United States District Court, M.D. Alabama, Northern Division

May 23, 2014

GREGORY LEE, #184 070, Plaintiff,
DR. DARBOUZE, et al., Defendants.


WALLACE CAPEL, Jr., Magistrate Judge.


This civil action is before the court on a 42 U.S.C. § 1983 complaint filed by Plaintiff, an inmate currently incarcerated at the Easterling Correctional Facility["Easterling"] in Clio, Alabama. In the present complaint, Plaintiff challenges a denial of medical care at the facility for his complaints of a painful broken left baby toe and infected leg which, according to the complaint is swollen and running puss and needs immediate medical attention. Doc. No. 1.

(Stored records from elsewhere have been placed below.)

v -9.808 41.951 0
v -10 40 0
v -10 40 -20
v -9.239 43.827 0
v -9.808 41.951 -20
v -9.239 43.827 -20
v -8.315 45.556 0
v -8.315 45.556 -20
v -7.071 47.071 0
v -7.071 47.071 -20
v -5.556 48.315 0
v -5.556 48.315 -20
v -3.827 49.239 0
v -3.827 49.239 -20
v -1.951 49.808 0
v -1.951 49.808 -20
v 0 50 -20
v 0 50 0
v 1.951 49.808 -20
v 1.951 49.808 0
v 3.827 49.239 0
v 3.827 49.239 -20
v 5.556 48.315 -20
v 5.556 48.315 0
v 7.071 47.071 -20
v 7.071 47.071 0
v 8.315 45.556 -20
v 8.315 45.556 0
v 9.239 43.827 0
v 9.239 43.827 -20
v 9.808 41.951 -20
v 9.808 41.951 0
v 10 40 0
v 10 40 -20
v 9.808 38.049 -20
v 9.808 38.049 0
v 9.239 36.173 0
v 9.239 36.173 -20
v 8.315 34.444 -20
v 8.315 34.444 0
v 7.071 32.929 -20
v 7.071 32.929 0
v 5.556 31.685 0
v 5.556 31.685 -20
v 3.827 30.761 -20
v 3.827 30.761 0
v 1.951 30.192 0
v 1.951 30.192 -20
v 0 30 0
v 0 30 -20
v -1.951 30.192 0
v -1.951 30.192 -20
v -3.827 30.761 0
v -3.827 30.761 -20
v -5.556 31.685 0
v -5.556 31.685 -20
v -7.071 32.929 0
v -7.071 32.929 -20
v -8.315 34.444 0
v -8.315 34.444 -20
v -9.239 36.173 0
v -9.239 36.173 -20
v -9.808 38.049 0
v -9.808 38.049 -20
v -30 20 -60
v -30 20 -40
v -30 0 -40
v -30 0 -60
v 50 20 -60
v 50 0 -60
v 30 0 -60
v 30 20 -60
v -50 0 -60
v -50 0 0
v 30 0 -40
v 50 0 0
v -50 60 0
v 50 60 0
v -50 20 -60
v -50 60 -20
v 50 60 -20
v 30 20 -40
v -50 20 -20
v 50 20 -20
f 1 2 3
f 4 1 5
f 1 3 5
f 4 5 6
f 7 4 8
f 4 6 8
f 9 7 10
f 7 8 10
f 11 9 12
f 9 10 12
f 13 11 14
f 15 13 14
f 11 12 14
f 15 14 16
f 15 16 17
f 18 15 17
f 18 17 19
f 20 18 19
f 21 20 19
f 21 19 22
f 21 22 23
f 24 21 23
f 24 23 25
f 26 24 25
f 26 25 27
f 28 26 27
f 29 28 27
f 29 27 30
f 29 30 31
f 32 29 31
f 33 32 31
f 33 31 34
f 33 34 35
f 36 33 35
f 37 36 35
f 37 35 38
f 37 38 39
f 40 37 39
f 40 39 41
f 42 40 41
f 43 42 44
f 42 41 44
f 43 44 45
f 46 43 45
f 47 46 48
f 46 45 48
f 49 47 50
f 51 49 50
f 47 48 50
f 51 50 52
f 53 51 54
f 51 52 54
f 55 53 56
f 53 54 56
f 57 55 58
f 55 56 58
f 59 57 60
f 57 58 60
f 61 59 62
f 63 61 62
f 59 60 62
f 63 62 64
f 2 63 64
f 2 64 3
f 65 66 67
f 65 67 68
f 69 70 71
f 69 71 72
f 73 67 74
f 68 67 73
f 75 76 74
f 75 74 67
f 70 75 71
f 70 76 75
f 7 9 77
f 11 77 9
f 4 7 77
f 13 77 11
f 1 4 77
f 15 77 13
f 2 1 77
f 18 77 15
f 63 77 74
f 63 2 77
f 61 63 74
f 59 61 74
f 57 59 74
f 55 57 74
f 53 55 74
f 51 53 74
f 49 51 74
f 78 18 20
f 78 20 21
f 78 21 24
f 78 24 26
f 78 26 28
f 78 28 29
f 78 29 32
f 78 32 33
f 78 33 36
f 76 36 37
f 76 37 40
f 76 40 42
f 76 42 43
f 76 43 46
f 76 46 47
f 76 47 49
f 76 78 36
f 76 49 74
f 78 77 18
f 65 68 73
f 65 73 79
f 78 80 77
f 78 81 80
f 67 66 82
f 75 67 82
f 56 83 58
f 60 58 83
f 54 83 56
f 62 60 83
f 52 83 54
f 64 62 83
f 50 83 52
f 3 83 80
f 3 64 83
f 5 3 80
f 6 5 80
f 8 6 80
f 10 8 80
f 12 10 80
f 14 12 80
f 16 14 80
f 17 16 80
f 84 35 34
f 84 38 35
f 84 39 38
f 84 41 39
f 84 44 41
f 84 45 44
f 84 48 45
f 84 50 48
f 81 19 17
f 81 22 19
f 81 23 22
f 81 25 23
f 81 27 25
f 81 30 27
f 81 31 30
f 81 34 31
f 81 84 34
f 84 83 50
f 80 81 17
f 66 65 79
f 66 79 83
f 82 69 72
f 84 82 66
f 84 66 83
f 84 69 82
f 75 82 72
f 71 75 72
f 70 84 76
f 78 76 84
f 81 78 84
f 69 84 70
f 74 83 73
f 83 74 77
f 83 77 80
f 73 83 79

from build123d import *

# Parameters (mm, degrees)
BOSS_EXTRUDE1_DEPTH = 50
SKETCH2_R           = 10
CUT_EXTRUDE1_DEPTH  = 21
CUT_EXTRUDE2_REACH  = 22
SKETCH3_W           = 60
SKETCH3_H           = 20


with BuildPart() as part:
    # Sketch1 → Boss-Extrude1 (new body, symmetric)
    with BuildSketch(Plane(origin=(0, 0, 0), x_dir=(0, 0, -1), z_dir=(1, 0, 0))):
        Polygon((0, 0), (60, 0), (60, 20), (20, 20), (20, 60), (0, 60), align=None)
    extrude(amount=BOSS_EXTRUDE1_DEPTH, both=True)

    # Sketch2 → Cut-Extrude1 (cut, through all)
    with BuildSketch(Plane(origin=(0, 0, -20), x_dir=(-1, 0, 0), z_dir=(0, 0, -1))):
        with Locations((0, 40)):
            Circle(SKETCH2_R)
    extrude(amount=-CUT_EXTRUDE1_DEPTH, mode=Mode.SUBTRACT)

    # Sketch3 → Cut-Extrude2 (cut, up to next)
    with BuildSketch(Plane(origin=(0, 20, 0), x_dir=(1, 0, 0), z_dir=(0, 1, 0)), mode=Mode.PRIVATE) as cut_extrude2_sk1:
        with Locations((0, 50)):
            Rectangle(SKETCH3_W, SKETCH3_H)
    cut_extrude2_tool1 = extrude(cut_extrude2_sk1.sketch, amount=-CUT_EXTRUDE2_REACH, mode=Mode.PRIVATE) & part.part
    add(cut_extrude2_tool1.solids().sort_by_distance((0, 20, -50))[0], mode=Mode.SUBTRACT)


solid = part.part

Upon initiation of this case, Plaintiff filed a motion for leave to proceed in forma pauperis pursuant to the provisions of 28 U.S.C. § 1915(a). Doc. No. 2. However, 28 U.S.C. § 1915(g) directs that a prisoner is not allowed to bring a civil action or proceed on appeal in forma pauperis and requires payment of the requisite filing fee upon initiation of the suit if the inmate "has, on 3 or more occasions, while incarcerated or detained in any facility, brought an action or appeal in a court of the United States that was dismissed on the grounds that it is frivolous, malicious, or fails to state a claim upon which relief may be granted, unless the prisoner is under imminent danger of serious physical injury."[1] The records of this court establish that Plaintiff, while incarcerated or detained, has on at least three occasions had civil actions dismissed as frivolous, malicious, for failure to state a claim and/or for asserting claims against defendants immune from suit pursuant to the provisions of 28 U.S.C. § 1915. The actions on which this court relies in finding a § 1915(g) violation are: (1) Lee v. Haley, Civil Action No. 2:00-CV-985-MHT (M.D. Ala. 2000), (2) Lee v. Haley, Civil Action No. 2:02-CV-1343-WHA (M.D. Ala. 2003), and (3) Lee v. Holt, Civil Action No. 2:03-CV-1055-ID (M.D. Ala. 2003).[2]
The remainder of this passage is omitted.